#### YOUR OBJECTIVE
Copy out the lines of the records below, and only those lines, from the one with "v -40.871 -42.72 0" through the one with "v 42.648 -40.492 10", exactly as they appear.

═════ RECORDS FOR THE EXERCISE

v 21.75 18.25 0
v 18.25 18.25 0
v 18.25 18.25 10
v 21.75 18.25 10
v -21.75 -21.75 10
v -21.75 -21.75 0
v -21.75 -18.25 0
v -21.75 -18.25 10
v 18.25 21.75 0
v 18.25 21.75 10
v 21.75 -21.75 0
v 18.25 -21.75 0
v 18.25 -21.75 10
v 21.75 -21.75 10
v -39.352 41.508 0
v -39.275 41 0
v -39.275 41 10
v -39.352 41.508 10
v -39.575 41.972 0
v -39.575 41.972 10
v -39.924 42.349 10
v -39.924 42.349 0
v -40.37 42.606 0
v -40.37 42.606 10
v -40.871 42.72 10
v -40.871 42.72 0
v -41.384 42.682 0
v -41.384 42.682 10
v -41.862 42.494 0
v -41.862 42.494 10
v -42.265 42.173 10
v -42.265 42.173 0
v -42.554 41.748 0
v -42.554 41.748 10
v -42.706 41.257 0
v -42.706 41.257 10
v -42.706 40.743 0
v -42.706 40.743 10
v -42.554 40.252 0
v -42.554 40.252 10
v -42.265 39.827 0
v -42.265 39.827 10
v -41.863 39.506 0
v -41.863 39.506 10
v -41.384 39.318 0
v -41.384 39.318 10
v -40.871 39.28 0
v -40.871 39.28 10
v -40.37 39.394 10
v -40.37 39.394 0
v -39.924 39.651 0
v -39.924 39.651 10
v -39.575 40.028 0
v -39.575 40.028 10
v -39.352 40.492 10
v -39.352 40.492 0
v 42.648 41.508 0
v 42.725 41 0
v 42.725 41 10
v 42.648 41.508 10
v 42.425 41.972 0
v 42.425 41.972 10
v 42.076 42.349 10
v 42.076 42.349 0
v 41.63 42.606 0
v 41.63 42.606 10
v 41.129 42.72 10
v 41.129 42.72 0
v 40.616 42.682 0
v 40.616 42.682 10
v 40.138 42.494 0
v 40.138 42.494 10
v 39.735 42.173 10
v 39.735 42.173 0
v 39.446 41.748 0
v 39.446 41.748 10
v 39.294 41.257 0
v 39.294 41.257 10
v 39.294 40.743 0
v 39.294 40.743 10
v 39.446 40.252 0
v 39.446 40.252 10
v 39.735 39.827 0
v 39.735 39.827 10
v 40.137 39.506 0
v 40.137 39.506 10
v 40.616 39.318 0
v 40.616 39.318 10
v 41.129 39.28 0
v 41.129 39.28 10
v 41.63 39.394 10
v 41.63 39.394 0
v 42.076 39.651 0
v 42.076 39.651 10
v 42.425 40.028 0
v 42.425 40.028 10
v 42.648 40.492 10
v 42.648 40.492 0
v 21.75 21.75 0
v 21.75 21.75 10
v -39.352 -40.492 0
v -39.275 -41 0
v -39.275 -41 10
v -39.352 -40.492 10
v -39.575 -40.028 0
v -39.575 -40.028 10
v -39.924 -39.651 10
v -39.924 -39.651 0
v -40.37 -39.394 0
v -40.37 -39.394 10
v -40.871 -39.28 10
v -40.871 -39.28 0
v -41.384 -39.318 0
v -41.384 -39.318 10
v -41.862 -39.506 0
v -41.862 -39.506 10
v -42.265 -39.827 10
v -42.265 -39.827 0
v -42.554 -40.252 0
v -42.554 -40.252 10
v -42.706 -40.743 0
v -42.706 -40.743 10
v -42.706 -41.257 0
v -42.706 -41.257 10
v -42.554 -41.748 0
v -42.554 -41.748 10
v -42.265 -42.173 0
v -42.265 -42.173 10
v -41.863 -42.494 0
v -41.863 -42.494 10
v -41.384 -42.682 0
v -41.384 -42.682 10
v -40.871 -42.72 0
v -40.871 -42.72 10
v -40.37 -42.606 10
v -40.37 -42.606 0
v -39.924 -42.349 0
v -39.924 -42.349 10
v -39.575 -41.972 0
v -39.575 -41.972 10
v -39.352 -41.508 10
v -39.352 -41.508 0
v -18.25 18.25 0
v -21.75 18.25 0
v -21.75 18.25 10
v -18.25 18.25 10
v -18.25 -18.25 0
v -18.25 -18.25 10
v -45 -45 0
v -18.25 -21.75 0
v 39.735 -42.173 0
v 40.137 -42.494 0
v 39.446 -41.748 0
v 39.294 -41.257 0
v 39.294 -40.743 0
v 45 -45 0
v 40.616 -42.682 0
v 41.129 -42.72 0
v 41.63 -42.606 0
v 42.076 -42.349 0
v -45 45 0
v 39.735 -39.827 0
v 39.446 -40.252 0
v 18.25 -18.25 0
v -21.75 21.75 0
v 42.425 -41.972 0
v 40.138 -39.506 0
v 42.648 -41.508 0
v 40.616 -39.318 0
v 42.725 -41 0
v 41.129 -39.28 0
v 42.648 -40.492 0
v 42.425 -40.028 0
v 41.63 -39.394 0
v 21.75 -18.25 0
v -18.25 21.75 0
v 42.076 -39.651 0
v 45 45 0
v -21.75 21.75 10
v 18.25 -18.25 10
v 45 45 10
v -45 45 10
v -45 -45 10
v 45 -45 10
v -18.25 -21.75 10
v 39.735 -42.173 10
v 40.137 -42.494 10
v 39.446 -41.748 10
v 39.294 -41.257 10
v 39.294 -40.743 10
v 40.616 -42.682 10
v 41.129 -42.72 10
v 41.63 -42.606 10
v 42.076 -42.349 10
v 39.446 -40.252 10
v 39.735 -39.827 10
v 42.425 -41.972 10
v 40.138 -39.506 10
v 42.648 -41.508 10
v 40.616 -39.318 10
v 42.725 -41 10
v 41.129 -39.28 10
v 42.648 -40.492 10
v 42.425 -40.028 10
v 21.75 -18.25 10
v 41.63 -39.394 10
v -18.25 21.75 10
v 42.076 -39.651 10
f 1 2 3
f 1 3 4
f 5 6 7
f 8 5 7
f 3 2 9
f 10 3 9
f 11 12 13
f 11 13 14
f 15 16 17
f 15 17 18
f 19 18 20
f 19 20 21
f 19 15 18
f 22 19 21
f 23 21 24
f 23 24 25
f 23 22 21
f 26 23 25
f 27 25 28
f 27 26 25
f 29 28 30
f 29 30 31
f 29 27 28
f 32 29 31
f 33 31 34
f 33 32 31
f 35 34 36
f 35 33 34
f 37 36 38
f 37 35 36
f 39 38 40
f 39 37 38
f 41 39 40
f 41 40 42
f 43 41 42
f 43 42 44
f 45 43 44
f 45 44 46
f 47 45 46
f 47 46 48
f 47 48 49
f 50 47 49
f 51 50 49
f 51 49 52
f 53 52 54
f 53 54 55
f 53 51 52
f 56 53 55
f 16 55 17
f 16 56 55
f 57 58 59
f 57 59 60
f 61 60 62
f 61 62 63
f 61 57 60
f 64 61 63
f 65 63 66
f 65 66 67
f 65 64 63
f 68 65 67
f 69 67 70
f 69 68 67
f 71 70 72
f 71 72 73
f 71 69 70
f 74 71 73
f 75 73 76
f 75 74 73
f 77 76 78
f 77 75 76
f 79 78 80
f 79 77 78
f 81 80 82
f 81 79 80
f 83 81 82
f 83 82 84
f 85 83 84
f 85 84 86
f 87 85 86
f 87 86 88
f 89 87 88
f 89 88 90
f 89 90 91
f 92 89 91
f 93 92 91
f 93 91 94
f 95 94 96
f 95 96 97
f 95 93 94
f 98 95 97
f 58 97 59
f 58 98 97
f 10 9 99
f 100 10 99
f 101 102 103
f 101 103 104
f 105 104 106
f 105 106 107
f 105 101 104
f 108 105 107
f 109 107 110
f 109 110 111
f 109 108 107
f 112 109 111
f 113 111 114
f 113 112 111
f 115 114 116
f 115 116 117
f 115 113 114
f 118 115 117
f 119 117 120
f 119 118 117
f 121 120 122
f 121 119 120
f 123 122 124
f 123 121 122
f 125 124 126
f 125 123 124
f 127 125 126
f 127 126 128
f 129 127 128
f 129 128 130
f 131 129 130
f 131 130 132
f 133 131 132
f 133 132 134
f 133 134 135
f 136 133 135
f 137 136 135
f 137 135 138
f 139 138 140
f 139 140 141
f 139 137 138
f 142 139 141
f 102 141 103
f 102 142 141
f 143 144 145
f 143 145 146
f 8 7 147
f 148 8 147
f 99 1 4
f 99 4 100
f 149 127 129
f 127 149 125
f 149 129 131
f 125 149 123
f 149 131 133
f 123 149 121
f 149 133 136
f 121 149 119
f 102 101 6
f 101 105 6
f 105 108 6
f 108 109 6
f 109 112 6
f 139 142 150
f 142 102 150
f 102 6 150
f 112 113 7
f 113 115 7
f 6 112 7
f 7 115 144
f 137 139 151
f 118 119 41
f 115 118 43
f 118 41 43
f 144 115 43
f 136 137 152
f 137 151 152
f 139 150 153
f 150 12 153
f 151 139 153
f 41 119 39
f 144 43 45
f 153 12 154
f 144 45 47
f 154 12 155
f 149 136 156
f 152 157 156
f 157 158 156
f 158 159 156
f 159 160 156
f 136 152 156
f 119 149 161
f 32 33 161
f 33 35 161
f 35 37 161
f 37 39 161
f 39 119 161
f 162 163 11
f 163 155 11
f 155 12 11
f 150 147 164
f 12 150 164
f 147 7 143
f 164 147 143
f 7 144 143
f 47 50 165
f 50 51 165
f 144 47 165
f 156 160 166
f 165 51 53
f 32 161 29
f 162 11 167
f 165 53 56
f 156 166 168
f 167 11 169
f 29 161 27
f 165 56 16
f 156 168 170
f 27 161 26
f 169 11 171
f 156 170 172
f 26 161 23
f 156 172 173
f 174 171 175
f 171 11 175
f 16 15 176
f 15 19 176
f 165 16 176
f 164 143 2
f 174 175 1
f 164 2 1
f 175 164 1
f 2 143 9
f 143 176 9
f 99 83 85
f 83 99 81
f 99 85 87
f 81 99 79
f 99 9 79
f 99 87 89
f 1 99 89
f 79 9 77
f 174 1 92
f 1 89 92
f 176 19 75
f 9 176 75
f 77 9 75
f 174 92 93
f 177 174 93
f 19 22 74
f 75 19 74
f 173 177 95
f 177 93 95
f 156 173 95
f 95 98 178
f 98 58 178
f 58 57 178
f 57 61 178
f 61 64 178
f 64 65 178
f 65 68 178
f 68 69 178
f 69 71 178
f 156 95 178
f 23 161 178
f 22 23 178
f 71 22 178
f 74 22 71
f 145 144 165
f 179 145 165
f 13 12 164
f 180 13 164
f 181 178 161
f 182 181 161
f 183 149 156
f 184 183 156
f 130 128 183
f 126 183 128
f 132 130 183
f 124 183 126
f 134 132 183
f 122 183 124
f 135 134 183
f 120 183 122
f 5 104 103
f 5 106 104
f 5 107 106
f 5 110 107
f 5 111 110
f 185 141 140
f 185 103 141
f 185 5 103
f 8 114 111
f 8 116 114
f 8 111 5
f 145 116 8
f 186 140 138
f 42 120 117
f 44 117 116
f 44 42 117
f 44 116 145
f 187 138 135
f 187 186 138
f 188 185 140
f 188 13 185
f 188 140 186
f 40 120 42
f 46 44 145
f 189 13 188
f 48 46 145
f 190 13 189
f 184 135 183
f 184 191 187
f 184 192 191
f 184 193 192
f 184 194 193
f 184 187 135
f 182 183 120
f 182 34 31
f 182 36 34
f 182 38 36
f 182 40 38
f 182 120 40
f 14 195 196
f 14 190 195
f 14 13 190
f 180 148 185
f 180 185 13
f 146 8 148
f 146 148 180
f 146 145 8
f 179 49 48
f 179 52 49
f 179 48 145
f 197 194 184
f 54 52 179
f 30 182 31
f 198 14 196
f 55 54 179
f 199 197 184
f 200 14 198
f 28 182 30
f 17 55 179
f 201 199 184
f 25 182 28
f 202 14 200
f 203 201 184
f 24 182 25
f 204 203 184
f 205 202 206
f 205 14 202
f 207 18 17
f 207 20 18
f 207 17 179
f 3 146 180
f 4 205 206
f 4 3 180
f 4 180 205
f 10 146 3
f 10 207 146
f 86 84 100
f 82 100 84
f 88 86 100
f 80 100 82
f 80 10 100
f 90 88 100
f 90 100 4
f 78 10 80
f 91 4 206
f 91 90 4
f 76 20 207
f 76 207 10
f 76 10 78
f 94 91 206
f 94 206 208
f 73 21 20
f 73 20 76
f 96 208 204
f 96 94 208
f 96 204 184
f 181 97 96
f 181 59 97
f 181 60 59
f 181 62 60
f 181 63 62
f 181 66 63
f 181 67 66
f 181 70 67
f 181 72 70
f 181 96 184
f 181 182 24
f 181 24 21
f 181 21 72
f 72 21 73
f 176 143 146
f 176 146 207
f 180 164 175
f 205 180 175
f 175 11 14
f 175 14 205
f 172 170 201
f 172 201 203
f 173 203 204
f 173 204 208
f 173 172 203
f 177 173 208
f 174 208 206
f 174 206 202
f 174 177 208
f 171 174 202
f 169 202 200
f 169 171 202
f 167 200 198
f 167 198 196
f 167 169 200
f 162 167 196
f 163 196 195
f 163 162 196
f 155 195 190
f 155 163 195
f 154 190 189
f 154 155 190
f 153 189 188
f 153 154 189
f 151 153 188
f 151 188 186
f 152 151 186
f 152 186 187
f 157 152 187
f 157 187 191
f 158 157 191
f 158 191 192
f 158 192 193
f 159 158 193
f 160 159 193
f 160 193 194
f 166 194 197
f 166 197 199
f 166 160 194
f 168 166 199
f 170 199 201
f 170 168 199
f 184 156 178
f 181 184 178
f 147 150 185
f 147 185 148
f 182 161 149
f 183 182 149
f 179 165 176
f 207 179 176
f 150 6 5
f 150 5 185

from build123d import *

# Parameters (mm, degrees)
F0_R     = 1.725
F0_W     = 3.5
F0_H     = 3.5
F1_DEPTH = 10


with BuildPart() as f1:
    # F0 (on Top) → F1 (new body)
    with BuildSketch(Plane.XY):
        Polygon((45, -45), (45, 0), (45, 45), (0, 45), (-45, 45), (-45, 0), (-45, -45), (0, -45), align=None)
        with Locations((-41, -41)):
            Circle(F0_R, mode=Mode.SUBTRACT)
        with Locations((-20, -20)):
            Rectangle(F0_W, F0_H, mode=Mode.SUBTRACT)
        with Locations((41, -41)):
            Circle(F0_R, mode=Mode.SUBTRACT)
        with Locations((20, -20)):
            Rectangle(F0_W, F0_H, mode=Mode.SUBTRACT)
        with Locations((-20, 20)):
            Rectangle(F0_W, F0_H, mode=Mode.SUBTRACT)
        with Locations((-41, 41)):
            Circle(F0_R, mode=Mode.SUBTRACT)
        with Locations((20, 20)):
            Rectangle(F0_W, F0_H, mode=Mode.SUBTRACT)
        with Locations((41, 41)):
            Circle(F0_R, mode=Mode.SUBTRACT)
    extrude(amount=F1_DEPTH)


solid = f1.part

══════════

#### COMPLETED TASK
v -40.871 -42.72 0
v -40.871 -42.72 10
v -40.37 -42.606 10
v -40.37 -42.606 0
v -39.924 -42.349 0
v -39.924 -42.349 10
v -39.575 -41.972 0
v -39.575 -41.972 10
v -39.352 -41.508 10
v -39.352 -41.508 0
v -18.25 18.25 0
v -21.75 18.25 0
v -21.75 18.25 10
v -18.25 18.25 10
v -18.25 -18.25 0
v -18.25 -18.25 10
v -45 -45 0
v -18.25 -21.75 0
v 39.735 -42.173 0
v 40.137 -42.494 0
v 39.446 -41.748 0
v 39.294 -41.257 0
v 39.294 -40.743 0
v 45 -45 0
v 40.616 -42.682 0
v 41.129 -42.72 0
v 41.63 -42.606 0
v 42.076 -42.349 0
v -45 45 0
v 39.735 -39.827 0
v 39.446 -40.252 0
v 18.25 -18.25 0
v -21.75 21.75 0
v 42.425 -41.972 0
v 40.138 -39.506 0
v 42.648 -41.508 0
v 40.616 -39.318 0
v 42.725 -41 0
v 41.129 -39.28 0
v 42.648 -40.492 0
v 42.425 -40.028 0
v 41.63 -39.394 0
v 21.75 -18.25 0
v -18.25 21.75 0
v 42.076 -39.651 0
v 45 45 0
v -21.75 21.75 10
v 18.25 -18.25 10
v 45 45 10
v -45 45 10
v -45 -45 10
v 45 -45 10
v -18.25 -21.75 10
v 39.735 -42.173 10
v 40.137 -42.494 10
v 39.446 -41.748 10
v 39.294 -41.257 10
v 39.294 -40.743 10
v 40.616 -42.682 10
v 41.129 -42.72 10
v 41.63 -42.606 10
v 42.076 -42.349 10
v 39.446 -40.252 10
v 39.735 -39.827 10
v 42.425 -41.972 10
v 40.138 -39.506 10
v 42.648 -41.508 10
v 40.616 -39.318 10
v 42.725 -41 10
v 41.129 -39.28 10
v 42.648 -40.492 10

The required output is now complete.